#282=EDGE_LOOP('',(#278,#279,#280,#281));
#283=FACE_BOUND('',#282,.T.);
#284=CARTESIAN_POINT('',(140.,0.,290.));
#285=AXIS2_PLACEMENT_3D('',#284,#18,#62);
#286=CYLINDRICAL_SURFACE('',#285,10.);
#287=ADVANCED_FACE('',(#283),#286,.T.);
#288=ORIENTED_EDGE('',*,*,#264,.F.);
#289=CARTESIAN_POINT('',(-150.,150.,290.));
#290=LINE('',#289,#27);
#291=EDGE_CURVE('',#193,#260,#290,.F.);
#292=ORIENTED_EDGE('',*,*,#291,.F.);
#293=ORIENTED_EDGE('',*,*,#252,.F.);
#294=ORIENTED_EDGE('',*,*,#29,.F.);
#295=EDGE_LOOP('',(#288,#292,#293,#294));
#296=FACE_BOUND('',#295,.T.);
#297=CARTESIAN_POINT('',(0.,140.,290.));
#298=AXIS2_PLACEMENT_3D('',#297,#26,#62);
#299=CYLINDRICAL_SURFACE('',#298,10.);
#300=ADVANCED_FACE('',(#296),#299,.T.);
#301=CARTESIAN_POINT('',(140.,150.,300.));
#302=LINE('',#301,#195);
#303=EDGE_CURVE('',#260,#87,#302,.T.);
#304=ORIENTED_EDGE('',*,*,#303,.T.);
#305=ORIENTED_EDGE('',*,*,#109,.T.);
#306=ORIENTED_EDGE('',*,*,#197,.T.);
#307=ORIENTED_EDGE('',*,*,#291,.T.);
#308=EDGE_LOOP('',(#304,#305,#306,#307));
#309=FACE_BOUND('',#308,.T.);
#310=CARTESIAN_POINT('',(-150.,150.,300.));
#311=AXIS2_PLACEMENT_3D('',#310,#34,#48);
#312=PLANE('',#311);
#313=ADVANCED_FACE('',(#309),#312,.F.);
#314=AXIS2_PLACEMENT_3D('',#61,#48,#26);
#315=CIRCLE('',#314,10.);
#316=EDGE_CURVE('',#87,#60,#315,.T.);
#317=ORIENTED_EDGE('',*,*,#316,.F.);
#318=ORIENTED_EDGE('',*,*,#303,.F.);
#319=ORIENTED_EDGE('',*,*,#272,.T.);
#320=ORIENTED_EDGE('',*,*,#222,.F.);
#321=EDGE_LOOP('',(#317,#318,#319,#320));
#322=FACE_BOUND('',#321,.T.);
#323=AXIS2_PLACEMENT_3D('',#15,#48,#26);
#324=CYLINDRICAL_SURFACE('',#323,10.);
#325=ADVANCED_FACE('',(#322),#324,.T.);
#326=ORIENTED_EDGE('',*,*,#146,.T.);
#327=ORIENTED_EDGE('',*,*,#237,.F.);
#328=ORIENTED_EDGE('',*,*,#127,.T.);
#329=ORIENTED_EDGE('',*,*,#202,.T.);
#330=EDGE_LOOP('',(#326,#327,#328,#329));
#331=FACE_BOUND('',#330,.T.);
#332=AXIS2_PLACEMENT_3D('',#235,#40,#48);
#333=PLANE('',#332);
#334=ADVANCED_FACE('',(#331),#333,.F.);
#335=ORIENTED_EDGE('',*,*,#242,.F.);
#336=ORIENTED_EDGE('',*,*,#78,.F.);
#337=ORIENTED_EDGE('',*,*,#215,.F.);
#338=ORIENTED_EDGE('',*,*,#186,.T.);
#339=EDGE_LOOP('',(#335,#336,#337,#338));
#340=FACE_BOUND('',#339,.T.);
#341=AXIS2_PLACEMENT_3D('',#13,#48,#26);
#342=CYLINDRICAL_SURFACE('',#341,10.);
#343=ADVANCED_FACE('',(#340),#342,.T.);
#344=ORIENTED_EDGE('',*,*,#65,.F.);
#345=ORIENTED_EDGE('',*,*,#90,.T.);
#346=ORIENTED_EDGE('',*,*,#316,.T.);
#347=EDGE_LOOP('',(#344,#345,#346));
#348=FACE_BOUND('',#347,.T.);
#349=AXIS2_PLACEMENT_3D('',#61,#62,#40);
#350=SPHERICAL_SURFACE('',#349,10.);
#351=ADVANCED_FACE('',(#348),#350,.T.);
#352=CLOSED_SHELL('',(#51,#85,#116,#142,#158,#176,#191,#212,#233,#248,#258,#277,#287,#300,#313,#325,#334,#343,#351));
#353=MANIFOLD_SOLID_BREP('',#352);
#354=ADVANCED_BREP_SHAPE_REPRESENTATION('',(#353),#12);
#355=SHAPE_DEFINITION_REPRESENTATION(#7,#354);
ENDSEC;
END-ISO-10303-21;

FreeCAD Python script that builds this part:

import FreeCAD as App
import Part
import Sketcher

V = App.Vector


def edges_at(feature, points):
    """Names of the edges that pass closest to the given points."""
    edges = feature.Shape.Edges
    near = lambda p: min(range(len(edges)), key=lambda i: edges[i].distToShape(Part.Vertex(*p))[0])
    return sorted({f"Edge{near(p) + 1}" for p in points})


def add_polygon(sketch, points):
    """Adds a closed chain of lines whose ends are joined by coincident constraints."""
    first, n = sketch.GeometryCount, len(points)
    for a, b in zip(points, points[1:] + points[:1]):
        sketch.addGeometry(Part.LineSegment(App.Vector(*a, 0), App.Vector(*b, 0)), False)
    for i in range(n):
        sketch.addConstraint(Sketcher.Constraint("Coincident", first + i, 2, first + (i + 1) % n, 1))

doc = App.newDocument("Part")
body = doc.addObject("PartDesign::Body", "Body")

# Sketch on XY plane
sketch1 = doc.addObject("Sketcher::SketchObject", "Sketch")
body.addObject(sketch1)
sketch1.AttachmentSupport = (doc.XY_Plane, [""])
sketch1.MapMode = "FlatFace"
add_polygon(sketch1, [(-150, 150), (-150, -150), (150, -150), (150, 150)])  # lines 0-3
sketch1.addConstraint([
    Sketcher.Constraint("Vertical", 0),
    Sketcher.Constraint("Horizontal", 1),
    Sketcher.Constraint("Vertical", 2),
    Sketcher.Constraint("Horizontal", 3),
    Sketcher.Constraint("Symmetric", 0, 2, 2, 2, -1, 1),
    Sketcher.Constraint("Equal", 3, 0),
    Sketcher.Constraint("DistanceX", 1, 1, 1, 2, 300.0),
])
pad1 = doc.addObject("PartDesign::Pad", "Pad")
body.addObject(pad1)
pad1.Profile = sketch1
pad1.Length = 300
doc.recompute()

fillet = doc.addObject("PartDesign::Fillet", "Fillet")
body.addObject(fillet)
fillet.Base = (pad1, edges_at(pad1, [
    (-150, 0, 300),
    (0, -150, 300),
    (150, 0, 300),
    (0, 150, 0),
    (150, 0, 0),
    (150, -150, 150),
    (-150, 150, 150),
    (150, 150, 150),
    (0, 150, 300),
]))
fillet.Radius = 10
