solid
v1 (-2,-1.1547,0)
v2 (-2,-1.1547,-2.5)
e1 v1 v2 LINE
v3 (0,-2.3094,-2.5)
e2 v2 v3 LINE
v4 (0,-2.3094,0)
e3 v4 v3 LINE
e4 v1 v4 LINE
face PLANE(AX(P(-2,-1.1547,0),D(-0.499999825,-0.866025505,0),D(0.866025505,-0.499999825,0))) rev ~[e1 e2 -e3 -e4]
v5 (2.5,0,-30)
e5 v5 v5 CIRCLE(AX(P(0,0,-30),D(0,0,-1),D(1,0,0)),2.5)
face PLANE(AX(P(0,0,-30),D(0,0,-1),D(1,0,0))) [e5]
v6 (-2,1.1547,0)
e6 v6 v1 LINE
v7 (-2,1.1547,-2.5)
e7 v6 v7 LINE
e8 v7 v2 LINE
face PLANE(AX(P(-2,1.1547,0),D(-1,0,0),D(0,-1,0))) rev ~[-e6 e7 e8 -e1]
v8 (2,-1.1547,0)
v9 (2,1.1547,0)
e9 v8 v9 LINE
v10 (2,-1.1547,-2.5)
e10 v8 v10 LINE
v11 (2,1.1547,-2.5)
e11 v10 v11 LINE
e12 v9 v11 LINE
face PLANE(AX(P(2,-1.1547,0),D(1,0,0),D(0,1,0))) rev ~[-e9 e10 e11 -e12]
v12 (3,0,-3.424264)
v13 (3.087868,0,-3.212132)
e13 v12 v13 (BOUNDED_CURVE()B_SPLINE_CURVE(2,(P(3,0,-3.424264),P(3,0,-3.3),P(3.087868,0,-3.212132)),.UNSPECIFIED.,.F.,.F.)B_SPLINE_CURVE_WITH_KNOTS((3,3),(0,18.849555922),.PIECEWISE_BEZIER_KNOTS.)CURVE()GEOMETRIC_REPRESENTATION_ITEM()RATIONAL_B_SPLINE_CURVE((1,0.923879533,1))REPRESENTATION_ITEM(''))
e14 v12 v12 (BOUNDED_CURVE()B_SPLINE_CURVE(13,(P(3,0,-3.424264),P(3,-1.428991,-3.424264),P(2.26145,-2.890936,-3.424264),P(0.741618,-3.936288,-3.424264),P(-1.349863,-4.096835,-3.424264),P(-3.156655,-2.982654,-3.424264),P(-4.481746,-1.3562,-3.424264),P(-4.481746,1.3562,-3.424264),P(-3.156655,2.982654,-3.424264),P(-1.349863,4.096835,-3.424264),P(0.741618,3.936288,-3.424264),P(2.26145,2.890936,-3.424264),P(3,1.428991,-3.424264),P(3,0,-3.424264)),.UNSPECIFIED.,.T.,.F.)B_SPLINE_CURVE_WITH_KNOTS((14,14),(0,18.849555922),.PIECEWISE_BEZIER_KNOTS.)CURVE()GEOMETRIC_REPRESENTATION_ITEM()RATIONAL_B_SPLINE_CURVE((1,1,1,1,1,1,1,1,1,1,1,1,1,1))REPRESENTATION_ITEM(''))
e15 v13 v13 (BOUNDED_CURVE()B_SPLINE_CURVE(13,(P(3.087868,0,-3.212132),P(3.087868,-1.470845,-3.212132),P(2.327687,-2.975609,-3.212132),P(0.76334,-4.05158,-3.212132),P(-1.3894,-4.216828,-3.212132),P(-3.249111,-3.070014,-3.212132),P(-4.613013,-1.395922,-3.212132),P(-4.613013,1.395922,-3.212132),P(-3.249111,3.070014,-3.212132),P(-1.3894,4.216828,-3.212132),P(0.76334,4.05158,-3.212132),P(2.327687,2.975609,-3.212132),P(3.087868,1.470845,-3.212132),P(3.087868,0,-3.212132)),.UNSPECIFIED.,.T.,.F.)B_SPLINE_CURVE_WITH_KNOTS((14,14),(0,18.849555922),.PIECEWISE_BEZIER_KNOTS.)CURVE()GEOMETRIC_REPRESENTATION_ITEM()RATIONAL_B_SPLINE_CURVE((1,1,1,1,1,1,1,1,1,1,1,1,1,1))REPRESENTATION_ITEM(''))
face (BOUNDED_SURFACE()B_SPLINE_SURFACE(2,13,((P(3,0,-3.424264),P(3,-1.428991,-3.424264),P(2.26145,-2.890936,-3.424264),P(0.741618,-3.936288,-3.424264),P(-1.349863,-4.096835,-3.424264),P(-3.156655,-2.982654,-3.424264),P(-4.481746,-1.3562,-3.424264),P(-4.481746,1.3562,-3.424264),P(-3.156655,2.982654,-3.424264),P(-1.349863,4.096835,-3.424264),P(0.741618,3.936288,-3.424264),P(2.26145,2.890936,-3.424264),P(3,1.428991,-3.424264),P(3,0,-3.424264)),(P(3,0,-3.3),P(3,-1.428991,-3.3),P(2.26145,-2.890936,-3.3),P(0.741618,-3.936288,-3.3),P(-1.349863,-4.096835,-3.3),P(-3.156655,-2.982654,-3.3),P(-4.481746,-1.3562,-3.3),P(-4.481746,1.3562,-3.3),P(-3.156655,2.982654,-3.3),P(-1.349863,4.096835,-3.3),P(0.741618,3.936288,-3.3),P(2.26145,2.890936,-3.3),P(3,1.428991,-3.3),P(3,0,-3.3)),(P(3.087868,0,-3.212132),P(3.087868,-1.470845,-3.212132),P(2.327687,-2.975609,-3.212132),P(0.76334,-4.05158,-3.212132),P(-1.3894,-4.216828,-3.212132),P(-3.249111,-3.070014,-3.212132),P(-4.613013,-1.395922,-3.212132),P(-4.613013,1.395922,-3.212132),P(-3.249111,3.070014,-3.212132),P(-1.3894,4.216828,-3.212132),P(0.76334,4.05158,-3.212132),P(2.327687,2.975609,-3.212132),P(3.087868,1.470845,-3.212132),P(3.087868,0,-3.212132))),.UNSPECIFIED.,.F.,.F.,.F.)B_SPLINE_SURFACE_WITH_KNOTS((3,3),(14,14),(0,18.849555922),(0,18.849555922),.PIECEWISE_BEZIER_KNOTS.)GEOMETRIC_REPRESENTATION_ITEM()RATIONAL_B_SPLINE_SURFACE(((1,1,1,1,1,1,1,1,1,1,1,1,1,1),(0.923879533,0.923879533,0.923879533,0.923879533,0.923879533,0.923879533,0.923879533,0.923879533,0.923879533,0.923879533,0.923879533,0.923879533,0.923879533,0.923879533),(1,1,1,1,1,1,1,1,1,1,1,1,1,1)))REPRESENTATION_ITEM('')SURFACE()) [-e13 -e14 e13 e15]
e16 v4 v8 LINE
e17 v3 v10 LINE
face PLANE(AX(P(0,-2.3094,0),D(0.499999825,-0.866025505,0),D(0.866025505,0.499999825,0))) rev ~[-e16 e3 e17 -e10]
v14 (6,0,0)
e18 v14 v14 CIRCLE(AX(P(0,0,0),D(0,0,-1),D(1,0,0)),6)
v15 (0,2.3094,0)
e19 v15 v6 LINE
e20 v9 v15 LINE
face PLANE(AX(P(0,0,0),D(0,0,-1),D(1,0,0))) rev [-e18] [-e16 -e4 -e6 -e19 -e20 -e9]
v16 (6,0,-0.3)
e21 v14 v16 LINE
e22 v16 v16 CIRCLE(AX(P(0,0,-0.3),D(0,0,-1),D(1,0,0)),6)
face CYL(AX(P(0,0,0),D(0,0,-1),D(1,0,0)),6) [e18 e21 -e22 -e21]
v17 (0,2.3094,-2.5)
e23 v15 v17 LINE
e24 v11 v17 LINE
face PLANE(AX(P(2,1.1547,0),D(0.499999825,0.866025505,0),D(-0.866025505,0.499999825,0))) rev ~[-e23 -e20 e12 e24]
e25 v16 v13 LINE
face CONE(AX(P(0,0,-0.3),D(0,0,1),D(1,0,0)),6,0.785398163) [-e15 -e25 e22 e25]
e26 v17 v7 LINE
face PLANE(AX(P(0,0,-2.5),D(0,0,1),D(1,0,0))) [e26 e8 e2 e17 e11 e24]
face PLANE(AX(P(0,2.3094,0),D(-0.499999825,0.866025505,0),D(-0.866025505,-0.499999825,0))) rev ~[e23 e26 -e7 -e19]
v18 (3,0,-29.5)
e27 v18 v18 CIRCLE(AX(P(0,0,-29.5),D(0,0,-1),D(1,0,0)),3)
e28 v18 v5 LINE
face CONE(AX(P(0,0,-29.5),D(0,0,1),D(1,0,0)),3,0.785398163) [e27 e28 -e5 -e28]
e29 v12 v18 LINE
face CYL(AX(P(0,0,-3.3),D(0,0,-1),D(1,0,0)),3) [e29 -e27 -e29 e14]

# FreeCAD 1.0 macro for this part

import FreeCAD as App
import Part
import Sketcher
Q = App.Units.Quantity


def edges_at(feature, points):
    """Names of the edges that pass closest to the given points."""
    edges = feature.Shape.Edges
    near = lambda p: min(range(len(edges)), key=lambda i: edges[i].distToShape(Part.Vertex(*p))[0])
    return sorted({f"Edge{near(p) + 1}" for p in points})


def add_polygon(sketch, points):
    """Adds a closed chain of lines whose ends are joined by coincident constraints."""
    first, n = sketch.GeometryCount, len(points)
    for a, b in zip(points, points[1:] + points[:1]):
        sketch.addGeometry(Part.LineSegment(App.Vector(*a, 0), App.Vector(*b, 0)), False)
    for i in range(n):
        sketch.addConstraint(Sketcher.Constraint("Coincident", first + i, 2, first + (i + 1) % n, 1))

doc = App.newDocument("Part")
params = doc.addObject("Spreadsheet::Sheet", "Params")
for row, (alias, value) in enumerate([
    ("sketch1_width", "3 mm"),
    ("sketch1_width2", "6 mm"),
    ("sketch1_height", "30 mm"),
    ("sketch1_height2", "0.3 mm"),
    ("revolution_angle", "360 deg"),
    ("pocket1_length", "2.5 mm"),
    ("fillet_radius", "0.3 mm"),
    ("chamfer_size", "0.5 mm"),
], start=1):
    params.set(f"A{row}", alias)
    params.set(f"B{row}", "=" + value)
    params.setAlias(f"B{row}", alias)

body = doc.addObject("PartDesign::Body", "Body")

sketch1 = body.newObject("Sketcher::SketchObject", "Sketch")
sketch1.AttachmentSupport = (doc.getObject("XZ_Plane"), [""])
sketch1.MapMode = "FlatFace"
add_polygon(sketch1, [(3, -3.3), (3, -30), (0, -30), (0, 0), (6, 0), (6, -0.3)])
sketch1.addConstraint([
    Sketcher.Constraint("Vertical", 0),
    Sketcher.Constraint("Horizontal", 1),
    Sketcher.Constraint("Vertical", 2),
    Sketcher.Constraint("Horizontal", 3),
    Sketcher.Constraint("Vertical", 4),
    Sketcher.Constraint("Coincident", 2, 2, -1, 1),
    Sketcher.Constraint("DistanceX", 1, 2, 1, 1, Q("3 mm")),
    Sketcher.Constraint("DistanceX", 3, 1, 3, 2, Q("6 mm")),
    Sketcher.Constraint("DistanceY", 2, 1, 2, 2, Q("30 mm")),
    Sketcher.Constraint("DistanceY", 4, 2, 4, 1, Q("0.3 mm")),
    Sketcher.Constraint("DistanceY", 5, 2, 4, 2, Q("3 mm")),
])
sketch1.setExpression("Constraints[12]", "Params.sketch1_width")
sketch1.setExpression("Constraints[13]", "Params.sketch1_width2")
sketch1.setExpression("Constraints[14]", "Params.sketch1_height")
sketch1.setExpression("Constraints[15]", "Params.sketch1_height2")
revolution = body.newObject("PartDesign::Revolution", "Revolution")
revolution.Profile = sketch1
revolution.ReferenceAxis = (sketch1, ["V_Axis"])
revolution.setExpression("Angle", "Params.revolution_angle")

sketch2 = body.newObject("Sketcher::SketchObject", "Sketch001")
sketch2.AttachmentSupport = (doc.getObject("XY_Plane"), [""])
sketch2.MapMode = "FlatFace"
add_polygon(sketch2, [(0, 2.3), (-2, 1.2), (-2, -1.2), (0, -2.3), (2, -1.2), (2, 1.2)])
sketch2.addConstraint([
    Sketcher.Constraint("Vertical", 1),
    Sketcher.Constraint("Vertical", 4),
    Sketcher.Constraint("Symmetric", 0, 2, 3, 2, -1, 1),
    Sketcher.Constraint("Symmetric", 2, 2, 5, 2, -1, 1),
    Sketcher.Constraint("PointOnObject", 2, 2, -2),
    Sketcher.Constraint("Parallel", 2, 5),
    Sketcher.Constraint("Horizontal", 1, 2, 3, 2),
    Sketcher.Constraint("DistanceX", 1, 2, 3, 2, Q("4 mm")),
    Sketcher.Constraint("Angle", 0, Q("-150 deg")),
    Sketcher.Constraint("DistanceY", 1, 2, 1, 1, Q("2.3094 mm")),
])
pocket1 = body.newObject("PartDesign::Pocket", "Pocket")
pocket1.Profile = sketch2
pocket1.setExpression("Length", "Params.pocket1_length")
doc.recompute()

fillet = body.newObject("PartDesign::Fillet", "Fillet")
fillet.Base = (pocket1, edges_at(pocket1, [(-3, 0, -3.3)]))
fillet.setExpression("Radius", "Params.fillet_radius")
doc.recompute()

chamfer = body.newObject("PartDesign::Chamfer", "Chamfer")
chamfer.Base = (fillet, edges_at(fillet, [(-3, 0, -30)]))
chamfer.setExpression("Size", "Params.chamfer_size")

doc.recompute()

Your goal:
Throughout the data above, report every line that contains the string "CONE".

Output below:
face CONE(AX(P(0,0,-0.3),D(0,0,1),D(1,0,0)),6,0.785398163) [-e15 -e25 e22 e25]
face CONE(AX(P(0,0,-29.5),D(0,0,1),D(1,0,0)),3,0.785398163) [e27 e28 -e5 -e28]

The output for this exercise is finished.